Search code examples
sqlsqlitequery-plannercovering-index

Does a covering index have an effect on JOIN + BETWEEN operations


I am wondering about how a covering index can help in the case where you first JOIN on a column, and then have BETWEEN constraints on a second and third column. Would a combined index on these three have a positive effect?

Example (fiddle).

CREATE TABLE tbl1(firstcol TEXT);
CREATE TABLE tbl2(firstcol TEXT, secondcol INTEGER, thirdcol INTEGER);

INSERT INTO tbl1 VALUES ('hello');
INSERT INTO tbl1 VALUES ('good morning');
INSERT INTO tbl2 VALUES ('hello', '1', '1');
INSERT INTO tbl2 VALUES ('hello', '5', '210');
INSERT INTO tbl2 VALUES ('bonjour', '999', '1');
INSERT INTO tbl2 VALUES ('hello', '4', '20');

CREATE INDEX myfirstindex ON tbl1 (firstcol);
CREATE INDEX mymultiindex ON tbl2 (firstcol, secondcol, thirdcol);

SELECT *
FROM tbl1
JOIN tbl2 USING(firstcol)
WHERE
    tbl2.secondcol BETWEEN 0 AND 100
    AND tbl2.thirdcol BETWEEN 0 AND 50

If I call for EXPLAIN QUERY PLAN, then I see that it has an effect but only on the first and second col.

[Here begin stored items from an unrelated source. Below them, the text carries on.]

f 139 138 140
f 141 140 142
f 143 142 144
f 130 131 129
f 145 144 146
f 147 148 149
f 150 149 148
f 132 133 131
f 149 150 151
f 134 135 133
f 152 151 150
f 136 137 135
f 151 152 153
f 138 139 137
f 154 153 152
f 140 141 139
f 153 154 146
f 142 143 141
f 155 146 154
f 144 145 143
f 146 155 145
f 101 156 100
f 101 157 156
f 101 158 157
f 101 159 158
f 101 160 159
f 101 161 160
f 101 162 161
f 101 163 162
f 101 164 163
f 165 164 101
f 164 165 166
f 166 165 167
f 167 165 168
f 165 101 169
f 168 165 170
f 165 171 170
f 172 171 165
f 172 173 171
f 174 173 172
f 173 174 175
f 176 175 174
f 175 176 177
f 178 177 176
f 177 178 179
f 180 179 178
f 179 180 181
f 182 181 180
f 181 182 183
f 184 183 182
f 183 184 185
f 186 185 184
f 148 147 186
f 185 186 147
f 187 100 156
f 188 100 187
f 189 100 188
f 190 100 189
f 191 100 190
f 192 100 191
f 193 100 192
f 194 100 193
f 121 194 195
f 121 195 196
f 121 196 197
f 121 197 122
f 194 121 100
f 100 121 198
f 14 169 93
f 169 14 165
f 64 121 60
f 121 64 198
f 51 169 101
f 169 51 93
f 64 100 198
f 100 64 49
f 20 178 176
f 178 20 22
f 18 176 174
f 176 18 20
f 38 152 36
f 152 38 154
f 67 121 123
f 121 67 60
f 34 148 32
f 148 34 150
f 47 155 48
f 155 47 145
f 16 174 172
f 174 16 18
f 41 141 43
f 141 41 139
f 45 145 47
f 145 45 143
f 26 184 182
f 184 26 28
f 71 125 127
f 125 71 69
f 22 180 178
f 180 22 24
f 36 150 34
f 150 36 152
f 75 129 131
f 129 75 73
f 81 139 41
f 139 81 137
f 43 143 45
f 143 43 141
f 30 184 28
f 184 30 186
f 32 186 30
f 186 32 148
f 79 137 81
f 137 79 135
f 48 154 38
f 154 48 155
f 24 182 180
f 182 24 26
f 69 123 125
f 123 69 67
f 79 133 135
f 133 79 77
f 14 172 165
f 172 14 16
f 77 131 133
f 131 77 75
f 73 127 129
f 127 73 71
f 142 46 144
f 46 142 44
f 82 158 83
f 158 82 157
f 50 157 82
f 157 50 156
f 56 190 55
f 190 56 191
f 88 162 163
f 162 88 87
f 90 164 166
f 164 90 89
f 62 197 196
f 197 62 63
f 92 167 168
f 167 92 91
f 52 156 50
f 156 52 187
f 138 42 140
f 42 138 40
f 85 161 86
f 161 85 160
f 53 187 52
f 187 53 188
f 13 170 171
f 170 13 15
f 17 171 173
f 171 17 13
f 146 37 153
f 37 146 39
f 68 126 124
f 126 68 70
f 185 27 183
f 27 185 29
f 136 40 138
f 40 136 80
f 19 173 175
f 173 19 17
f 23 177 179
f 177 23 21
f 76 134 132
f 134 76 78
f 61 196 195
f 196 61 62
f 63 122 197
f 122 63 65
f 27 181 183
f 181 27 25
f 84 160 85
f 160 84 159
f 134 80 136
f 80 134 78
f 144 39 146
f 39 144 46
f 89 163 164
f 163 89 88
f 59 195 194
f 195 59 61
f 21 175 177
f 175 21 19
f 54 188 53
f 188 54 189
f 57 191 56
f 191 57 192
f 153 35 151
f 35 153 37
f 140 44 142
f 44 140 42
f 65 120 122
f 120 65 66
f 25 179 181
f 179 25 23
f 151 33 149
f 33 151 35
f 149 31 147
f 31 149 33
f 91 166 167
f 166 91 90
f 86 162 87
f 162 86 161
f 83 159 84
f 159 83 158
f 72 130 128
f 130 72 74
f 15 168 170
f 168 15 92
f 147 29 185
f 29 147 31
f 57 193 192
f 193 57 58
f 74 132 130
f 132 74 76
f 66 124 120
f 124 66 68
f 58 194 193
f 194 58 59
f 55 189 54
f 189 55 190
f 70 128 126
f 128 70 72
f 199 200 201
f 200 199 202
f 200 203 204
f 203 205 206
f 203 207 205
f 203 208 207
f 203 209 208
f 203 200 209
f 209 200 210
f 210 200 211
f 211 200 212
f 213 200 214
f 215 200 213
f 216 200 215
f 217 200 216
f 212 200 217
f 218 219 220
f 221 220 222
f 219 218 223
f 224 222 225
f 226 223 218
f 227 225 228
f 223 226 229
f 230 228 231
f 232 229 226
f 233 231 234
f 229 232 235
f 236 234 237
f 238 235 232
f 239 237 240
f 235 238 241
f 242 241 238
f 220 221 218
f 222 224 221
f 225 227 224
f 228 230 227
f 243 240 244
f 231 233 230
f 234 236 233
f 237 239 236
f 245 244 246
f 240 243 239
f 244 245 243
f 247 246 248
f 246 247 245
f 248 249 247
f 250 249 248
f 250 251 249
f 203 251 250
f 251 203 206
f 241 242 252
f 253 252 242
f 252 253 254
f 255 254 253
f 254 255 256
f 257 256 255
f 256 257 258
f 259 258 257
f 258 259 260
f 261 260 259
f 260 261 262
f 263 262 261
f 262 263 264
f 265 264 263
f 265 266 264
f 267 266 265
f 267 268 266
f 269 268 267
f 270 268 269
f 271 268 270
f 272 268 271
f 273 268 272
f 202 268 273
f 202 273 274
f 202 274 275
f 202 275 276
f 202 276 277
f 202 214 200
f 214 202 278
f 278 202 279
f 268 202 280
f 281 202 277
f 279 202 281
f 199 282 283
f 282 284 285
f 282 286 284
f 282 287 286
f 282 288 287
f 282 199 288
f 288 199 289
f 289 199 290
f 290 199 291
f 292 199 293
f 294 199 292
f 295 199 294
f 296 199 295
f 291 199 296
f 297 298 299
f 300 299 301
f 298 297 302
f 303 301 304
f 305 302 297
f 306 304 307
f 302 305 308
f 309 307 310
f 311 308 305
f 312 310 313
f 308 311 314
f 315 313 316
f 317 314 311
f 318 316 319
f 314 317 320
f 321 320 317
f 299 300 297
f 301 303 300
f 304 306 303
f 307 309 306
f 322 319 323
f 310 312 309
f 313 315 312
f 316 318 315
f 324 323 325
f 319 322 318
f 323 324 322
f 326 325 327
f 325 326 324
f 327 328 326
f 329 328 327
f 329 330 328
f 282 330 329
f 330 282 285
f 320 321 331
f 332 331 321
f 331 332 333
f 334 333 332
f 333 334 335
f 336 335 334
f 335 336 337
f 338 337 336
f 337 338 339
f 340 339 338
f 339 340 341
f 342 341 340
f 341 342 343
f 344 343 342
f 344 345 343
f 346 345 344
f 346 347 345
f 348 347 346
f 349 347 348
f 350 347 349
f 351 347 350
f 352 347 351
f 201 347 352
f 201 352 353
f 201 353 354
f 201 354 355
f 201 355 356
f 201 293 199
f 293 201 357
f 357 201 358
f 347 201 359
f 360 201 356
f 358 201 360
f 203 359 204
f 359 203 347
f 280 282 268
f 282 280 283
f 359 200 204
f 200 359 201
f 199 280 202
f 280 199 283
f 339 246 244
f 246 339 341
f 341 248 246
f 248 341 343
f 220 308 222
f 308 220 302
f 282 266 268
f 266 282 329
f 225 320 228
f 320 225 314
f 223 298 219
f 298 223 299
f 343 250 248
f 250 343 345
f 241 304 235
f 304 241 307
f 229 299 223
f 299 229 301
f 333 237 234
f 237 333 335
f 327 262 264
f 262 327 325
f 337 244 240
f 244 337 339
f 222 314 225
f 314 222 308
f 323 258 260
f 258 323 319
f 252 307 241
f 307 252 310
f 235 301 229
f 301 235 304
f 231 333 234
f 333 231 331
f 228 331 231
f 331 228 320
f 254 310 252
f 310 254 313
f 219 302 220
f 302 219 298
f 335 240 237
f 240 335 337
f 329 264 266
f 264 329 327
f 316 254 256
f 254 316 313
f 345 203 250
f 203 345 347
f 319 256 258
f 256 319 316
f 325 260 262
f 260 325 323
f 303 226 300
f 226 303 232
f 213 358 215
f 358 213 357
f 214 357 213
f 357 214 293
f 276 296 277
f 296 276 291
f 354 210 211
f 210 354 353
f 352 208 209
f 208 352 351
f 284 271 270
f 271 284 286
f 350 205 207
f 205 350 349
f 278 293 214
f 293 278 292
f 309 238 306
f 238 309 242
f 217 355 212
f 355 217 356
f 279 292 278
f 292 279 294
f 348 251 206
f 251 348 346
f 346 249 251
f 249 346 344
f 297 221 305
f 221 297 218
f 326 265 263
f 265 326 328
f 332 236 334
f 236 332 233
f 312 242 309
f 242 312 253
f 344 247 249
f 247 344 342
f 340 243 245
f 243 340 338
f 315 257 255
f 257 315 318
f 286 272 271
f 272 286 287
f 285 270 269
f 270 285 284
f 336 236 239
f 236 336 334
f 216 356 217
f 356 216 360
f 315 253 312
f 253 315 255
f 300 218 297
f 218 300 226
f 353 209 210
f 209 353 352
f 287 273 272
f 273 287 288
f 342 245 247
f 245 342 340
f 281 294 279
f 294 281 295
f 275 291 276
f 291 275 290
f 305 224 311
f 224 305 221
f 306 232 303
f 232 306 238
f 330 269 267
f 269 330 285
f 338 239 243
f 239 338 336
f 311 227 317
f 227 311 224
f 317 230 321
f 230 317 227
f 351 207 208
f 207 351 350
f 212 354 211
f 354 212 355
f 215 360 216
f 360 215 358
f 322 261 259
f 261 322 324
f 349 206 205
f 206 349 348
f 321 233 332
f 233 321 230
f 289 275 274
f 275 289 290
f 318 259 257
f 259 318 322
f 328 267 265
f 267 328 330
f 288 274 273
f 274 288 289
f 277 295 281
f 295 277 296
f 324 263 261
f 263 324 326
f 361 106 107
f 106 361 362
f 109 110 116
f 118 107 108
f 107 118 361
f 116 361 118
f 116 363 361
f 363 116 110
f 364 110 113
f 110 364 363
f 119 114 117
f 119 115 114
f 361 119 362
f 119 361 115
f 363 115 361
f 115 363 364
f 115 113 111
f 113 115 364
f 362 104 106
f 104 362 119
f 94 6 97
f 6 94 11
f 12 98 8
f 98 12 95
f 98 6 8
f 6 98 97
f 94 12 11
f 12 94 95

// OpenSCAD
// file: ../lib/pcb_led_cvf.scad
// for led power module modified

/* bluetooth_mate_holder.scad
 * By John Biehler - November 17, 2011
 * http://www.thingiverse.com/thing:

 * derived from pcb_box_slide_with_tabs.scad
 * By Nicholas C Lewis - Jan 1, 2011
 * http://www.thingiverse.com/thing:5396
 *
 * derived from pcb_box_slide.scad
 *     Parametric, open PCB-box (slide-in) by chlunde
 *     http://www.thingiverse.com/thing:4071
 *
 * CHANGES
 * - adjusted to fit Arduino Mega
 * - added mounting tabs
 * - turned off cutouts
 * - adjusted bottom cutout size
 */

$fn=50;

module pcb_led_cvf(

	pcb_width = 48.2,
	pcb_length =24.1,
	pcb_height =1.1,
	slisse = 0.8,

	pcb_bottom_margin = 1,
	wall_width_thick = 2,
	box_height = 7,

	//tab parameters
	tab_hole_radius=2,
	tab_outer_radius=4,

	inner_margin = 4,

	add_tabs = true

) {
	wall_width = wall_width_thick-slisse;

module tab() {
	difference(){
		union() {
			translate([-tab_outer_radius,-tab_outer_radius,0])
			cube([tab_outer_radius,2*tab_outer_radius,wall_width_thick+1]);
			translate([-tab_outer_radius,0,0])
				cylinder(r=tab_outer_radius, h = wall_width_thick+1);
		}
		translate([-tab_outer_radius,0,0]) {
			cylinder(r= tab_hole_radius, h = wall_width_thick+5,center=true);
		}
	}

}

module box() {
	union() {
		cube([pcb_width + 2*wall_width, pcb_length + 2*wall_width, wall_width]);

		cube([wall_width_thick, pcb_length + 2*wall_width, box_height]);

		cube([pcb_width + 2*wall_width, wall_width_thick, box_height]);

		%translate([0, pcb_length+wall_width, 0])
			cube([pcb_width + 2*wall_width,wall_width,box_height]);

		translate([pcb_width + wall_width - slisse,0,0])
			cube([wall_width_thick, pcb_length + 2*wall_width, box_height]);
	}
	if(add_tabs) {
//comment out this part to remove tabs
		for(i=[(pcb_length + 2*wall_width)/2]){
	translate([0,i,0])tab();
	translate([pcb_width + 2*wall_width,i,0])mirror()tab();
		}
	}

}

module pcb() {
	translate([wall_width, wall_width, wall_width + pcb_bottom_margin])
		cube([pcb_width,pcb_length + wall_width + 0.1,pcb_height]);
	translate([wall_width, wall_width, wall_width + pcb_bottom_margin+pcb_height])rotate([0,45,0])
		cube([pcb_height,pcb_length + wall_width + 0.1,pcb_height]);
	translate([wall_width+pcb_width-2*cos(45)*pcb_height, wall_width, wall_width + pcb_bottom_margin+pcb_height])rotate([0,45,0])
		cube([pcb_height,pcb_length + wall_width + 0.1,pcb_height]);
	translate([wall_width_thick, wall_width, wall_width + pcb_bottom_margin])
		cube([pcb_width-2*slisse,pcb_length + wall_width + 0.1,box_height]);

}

So why isn't the third included here? Why does the optimizer choose to not make use of the joint index on all three columns?

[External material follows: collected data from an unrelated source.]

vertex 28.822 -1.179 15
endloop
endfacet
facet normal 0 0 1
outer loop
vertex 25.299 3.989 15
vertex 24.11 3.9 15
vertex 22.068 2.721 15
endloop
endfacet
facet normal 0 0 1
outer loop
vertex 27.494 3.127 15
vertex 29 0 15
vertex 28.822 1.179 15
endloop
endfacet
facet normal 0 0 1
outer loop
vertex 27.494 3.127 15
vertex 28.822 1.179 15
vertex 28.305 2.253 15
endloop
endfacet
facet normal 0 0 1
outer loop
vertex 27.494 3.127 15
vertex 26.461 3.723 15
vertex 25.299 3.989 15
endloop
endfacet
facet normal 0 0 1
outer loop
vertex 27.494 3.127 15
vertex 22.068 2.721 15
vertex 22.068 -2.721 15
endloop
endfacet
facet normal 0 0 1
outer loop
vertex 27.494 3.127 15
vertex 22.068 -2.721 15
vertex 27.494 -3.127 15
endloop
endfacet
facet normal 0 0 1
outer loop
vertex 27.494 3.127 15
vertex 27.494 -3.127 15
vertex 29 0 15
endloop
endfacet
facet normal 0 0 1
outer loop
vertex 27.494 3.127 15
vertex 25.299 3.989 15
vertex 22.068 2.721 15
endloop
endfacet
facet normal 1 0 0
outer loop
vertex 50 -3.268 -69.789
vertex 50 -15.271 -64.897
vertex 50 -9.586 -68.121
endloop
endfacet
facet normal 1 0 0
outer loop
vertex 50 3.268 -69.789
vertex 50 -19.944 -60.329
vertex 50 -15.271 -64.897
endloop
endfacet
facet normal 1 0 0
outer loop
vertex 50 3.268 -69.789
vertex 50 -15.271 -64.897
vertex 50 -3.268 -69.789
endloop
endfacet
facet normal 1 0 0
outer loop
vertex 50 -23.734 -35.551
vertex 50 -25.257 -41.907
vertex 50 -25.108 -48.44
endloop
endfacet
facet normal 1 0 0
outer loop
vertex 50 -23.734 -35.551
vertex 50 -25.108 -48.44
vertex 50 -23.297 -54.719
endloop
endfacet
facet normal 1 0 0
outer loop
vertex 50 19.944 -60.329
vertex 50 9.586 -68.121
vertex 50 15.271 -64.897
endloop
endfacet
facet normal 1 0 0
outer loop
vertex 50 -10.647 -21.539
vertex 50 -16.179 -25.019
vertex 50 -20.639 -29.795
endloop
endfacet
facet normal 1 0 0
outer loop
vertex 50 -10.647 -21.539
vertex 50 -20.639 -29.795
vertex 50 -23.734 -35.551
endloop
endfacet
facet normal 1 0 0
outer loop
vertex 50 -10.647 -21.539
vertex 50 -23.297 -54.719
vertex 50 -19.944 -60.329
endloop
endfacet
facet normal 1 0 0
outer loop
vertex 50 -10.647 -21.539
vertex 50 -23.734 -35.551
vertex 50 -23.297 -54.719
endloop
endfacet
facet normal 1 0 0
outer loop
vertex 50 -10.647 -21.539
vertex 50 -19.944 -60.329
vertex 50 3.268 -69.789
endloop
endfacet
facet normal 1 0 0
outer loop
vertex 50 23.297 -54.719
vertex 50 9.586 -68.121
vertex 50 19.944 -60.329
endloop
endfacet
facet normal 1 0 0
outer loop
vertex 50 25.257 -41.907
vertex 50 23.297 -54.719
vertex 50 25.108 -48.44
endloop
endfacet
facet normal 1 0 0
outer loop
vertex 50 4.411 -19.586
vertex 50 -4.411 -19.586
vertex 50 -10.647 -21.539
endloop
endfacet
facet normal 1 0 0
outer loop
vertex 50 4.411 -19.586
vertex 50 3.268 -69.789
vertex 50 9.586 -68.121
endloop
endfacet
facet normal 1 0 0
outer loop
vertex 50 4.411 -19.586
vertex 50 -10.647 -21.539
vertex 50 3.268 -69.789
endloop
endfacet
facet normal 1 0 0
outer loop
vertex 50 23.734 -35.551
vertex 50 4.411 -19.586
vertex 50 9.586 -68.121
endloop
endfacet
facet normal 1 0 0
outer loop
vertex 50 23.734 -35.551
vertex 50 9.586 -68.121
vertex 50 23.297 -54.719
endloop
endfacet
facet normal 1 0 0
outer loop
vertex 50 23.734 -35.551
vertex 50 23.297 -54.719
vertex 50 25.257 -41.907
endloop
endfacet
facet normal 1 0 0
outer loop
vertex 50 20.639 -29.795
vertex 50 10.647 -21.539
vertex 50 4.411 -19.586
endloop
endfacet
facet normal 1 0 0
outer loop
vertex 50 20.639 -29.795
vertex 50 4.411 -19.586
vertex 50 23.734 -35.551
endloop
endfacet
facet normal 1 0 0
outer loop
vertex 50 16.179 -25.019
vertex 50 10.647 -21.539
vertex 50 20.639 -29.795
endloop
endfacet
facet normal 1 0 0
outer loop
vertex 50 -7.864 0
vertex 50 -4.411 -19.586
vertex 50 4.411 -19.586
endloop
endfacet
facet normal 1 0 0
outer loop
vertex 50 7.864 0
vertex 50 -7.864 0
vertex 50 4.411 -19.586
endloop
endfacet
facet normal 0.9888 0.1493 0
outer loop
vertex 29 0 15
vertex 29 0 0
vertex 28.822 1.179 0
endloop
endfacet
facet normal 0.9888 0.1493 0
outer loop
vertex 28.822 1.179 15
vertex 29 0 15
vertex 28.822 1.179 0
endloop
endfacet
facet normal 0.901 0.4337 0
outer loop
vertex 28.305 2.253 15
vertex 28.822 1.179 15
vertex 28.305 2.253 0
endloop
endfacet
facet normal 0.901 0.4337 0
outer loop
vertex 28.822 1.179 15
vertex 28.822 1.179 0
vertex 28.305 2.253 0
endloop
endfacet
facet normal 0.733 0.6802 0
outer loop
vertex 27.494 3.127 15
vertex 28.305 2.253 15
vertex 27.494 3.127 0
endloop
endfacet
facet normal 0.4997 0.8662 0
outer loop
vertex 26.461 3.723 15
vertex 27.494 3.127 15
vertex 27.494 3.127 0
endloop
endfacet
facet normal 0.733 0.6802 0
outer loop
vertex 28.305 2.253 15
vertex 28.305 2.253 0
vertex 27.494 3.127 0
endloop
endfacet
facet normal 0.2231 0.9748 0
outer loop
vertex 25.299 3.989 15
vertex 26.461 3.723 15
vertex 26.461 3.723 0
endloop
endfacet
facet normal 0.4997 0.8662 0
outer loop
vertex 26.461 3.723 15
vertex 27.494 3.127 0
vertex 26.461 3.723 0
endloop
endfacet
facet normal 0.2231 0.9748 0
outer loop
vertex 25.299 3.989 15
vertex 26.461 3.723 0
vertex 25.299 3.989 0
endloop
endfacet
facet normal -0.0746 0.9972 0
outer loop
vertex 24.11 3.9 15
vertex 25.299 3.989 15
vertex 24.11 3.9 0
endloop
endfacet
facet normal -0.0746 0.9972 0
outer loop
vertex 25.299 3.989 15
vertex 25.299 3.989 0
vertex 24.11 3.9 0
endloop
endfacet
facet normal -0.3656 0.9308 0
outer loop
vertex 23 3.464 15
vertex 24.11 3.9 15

id  parent  notused detail
3   0   0   SCAN tbl1
5   0   0   SEARCH tbl2 USING COVERING INDEX mymultiindex (firstcol=? AND secondcol>? AND secondcol<?)

Solution

  • From The SQLite Query Optimizer Overview/The BETWEEN Optimization:

    If a term of the WHERE clause is of the following form:
    expr1 BETWEEN expr2 AND expr3
    Then two "virtual" terms are added as follows:
    expr1>= expr2 AND expr1 <= expr3

    This means that your WHERE clause will be interpreted as:

    WHERE tbl2.secondcol >= 0 AND tbl2.secondcol <= 100
      AND tbl2.thirdcol >= 0 AND tbl2.thirdcol <= 50
    

    From The SQLite Query Optimizer Overview/WHERE Clause Analysis:

    If an index is created using a statement like this:
    CREATE INDEX idx_ex1 ON ex1(a,b,c,d,e,...,y,z);
    Then the index might be used if the initial columns of the index (columns a, b, and so forth) appear in WHERE clause terms.
    The initial columns of the index must be used with the = or IN or IS operators.
    The right-most column that is used can employ inequalities.
    For the right-most column of an index that is used,
    there can be up to two inequalities that must sandwich the allowed values of the column between two extremes....

    From the above I understand that only the first 2 inequalities, the first BETWEEN, will be used by the index.